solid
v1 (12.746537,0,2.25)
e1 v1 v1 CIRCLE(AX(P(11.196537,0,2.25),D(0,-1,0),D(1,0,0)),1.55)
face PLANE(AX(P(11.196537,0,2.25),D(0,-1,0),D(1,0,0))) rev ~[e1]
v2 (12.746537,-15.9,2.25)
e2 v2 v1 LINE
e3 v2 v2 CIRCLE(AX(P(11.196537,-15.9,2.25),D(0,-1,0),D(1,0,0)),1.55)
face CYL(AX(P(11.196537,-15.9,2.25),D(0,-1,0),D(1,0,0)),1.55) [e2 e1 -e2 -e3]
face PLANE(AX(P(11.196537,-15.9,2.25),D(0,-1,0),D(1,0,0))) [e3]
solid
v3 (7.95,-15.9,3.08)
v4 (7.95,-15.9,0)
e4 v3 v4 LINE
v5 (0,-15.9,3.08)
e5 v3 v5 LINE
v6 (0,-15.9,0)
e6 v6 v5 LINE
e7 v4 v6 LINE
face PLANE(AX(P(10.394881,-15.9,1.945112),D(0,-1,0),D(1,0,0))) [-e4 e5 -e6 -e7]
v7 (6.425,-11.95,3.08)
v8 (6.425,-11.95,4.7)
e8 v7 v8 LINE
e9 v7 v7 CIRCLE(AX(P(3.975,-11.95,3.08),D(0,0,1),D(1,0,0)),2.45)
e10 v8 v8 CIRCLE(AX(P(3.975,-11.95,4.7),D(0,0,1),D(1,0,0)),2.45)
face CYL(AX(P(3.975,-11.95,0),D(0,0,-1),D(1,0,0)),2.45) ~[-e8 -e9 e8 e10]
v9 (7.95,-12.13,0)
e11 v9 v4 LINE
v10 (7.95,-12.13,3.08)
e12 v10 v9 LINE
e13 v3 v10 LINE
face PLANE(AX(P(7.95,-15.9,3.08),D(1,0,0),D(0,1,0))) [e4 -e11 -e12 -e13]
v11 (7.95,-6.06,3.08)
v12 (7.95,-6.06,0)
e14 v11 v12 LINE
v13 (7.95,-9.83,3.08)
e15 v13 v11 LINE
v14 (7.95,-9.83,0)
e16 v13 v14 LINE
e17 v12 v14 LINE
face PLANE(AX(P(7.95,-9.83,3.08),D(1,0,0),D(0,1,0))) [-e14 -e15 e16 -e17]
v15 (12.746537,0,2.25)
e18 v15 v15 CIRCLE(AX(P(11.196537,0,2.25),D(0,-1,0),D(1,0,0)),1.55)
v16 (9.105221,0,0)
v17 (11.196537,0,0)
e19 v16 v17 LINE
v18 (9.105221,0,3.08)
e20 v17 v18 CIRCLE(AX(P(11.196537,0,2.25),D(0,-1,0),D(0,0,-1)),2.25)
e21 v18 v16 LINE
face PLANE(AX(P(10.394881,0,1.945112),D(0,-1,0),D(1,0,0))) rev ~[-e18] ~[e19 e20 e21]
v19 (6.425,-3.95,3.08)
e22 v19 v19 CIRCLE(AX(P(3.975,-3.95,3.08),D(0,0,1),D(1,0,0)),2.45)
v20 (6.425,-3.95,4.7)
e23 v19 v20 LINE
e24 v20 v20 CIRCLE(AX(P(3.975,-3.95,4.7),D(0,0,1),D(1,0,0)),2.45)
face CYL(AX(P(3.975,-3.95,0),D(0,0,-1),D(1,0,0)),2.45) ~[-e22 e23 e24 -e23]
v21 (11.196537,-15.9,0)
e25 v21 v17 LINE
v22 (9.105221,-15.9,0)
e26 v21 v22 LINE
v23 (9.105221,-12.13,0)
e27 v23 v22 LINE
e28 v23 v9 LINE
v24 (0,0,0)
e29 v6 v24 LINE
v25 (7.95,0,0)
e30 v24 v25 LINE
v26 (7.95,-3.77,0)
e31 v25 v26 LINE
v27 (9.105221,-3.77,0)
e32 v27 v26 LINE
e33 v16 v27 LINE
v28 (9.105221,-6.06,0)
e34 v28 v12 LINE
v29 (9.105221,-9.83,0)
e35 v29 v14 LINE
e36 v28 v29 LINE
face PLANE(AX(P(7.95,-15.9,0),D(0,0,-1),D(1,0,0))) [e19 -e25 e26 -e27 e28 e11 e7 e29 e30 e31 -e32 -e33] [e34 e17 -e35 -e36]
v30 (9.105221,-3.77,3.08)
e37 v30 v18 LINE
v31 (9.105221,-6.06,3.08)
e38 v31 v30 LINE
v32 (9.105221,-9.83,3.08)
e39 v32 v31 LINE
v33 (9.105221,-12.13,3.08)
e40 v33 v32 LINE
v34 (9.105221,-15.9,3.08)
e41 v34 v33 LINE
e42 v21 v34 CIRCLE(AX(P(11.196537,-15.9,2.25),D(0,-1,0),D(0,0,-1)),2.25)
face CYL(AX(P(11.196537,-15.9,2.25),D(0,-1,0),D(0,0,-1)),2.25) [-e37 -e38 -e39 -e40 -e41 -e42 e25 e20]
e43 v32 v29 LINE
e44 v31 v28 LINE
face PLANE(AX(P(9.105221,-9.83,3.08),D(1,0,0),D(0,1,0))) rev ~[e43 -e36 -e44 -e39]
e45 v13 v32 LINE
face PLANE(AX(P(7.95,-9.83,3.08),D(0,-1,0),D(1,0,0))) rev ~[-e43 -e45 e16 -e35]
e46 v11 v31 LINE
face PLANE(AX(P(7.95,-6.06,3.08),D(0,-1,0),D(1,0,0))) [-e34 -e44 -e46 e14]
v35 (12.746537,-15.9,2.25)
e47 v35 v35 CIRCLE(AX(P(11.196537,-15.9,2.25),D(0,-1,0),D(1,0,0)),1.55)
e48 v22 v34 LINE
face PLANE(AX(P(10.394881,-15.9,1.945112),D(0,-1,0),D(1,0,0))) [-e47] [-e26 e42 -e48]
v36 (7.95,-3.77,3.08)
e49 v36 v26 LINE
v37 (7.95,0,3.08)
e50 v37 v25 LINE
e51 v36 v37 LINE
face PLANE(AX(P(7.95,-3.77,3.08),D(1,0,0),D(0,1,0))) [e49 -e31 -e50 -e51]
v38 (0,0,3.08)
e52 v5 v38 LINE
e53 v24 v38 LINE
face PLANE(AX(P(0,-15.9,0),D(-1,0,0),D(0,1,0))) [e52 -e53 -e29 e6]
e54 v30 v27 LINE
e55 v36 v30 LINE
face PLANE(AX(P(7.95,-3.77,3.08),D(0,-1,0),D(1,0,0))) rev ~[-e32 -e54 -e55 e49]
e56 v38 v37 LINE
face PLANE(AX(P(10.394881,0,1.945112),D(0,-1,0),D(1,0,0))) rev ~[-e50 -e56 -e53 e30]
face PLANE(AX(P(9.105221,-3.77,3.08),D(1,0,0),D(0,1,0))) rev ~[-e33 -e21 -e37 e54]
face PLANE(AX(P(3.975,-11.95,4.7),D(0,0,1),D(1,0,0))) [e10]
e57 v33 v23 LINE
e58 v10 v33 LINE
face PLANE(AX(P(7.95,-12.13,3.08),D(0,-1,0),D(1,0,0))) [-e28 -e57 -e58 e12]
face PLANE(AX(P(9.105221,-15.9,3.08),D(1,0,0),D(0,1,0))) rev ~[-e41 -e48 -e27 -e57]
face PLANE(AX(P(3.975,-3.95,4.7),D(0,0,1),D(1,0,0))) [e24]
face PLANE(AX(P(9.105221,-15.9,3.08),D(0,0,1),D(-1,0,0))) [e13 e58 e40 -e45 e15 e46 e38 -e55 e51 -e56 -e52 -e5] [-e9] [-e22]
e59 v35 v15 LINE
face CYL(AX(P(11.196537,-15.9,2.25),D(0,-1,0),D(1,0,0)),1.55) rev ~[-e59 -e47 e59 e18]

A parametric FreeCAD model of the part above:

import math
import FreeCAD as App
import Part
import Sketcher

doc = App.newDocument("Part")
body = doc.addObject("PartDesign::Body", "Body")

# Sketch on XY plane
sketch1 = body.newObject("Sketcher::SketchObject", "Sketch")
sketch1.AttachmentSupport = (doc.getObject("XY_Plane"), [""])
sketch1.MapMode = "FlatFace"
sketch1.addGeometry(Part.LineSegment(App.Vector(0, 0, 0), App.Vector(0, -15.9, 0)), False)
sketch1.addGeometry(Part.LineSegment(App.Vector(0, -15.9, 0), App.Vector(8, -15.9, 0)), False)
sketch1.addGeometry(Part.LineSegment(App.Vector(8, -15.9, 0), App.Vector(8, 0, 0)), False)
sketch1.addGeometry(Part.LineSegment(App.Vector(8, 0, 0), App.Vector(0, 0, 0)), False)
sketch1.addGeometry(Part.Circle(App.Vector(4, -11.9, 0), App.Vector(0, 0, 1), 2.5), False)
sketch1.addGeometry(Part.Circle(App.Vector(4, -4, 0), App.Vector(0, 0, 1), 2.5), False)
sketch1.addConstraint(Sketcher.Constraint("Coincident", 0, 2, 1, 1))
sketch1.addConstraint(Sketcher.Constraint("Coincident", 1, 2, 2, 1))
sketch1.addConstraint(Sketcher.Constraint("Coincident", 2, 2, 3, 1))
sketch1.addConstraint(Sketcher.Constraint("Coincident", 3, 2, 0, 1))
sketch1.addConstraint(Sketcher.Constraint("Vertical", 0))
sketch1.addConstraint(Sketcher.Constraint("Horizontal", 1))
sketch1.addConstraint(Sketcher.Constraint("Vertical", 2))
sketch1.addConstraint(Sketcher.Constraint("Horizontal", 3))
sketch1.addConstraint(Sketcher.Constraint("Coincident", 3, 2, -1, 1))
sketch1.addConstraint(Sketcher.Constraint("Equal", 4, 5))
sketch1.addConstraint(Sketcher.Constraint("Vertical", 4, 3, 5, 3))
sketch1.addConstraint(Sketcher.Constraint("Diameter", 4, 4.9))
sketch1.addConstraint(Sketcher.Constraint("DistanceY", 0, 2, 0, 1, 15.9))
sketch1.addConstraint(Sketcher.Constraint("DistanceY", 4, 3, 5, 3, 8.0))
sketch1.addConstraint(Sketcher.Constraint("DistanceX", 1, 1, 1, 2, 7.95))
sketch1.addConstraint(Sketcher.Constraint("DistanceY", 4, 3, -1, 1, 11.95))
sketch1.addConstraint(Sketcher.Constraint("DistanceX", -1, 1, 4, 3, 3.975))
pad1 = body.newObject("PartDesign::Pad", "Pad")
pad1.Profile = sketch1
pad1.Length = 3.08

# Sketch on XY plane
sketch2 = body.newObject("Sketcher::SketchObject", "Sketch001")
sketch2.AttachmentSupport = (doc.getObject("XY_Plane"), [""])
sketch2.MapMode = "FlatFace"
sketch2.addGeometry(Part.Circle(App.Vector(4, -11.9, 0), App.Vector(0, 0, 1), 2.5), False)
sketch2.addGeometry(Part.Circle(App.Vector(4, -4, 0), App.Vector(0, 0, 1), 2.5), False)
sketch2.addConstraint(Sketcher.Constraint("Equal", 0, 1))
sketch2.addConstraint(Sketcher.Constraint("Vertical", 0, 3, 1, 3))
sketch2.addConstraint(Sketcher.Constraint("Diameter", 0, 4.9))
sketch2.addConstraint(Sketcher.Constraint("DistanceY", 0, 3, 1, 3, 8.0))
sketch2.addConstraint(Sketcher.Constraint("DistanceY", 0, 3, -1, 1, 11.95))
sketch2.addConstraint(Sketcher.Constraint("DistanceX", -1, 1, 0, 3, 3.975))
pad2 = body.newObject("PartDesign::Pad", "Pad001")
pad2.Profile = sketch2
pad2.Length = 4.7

→ **WORK ORDER**
Copy out, word for word, the part of the entries above that begins at the line with "-e56 -e53 e30]" and ends at the line with "face PLANE(AX(P(7.95,-12.13,3.08),D(0,-1,0),D(1,0,0))) [-e28", including both.

→ **EXERCISE ANSWER**
face PLANE(AX(P(10.394881,0,1.945112),D(0,-1,0),D(1,0,0))) rev ~[-e50 -e56 -e53 e30]
face PLANE(AX(P(9.105221,-3.77,3.08),D(1,0,0),D(0,1,0))) rev ~[-e33 -e21 -e37 e54]
face PLANE(AX(P(3.975,-11.95,4.7),D(0,0,1),D(1,0,0))) [e10]
e57 v33 v23 LINE
e58 v10 v33 LINE
face PLANE(AX(P(7.95,-12.13,3.08),D(0,-1,0),D(1,0,0))) [-e28 -e57 -e58 e12]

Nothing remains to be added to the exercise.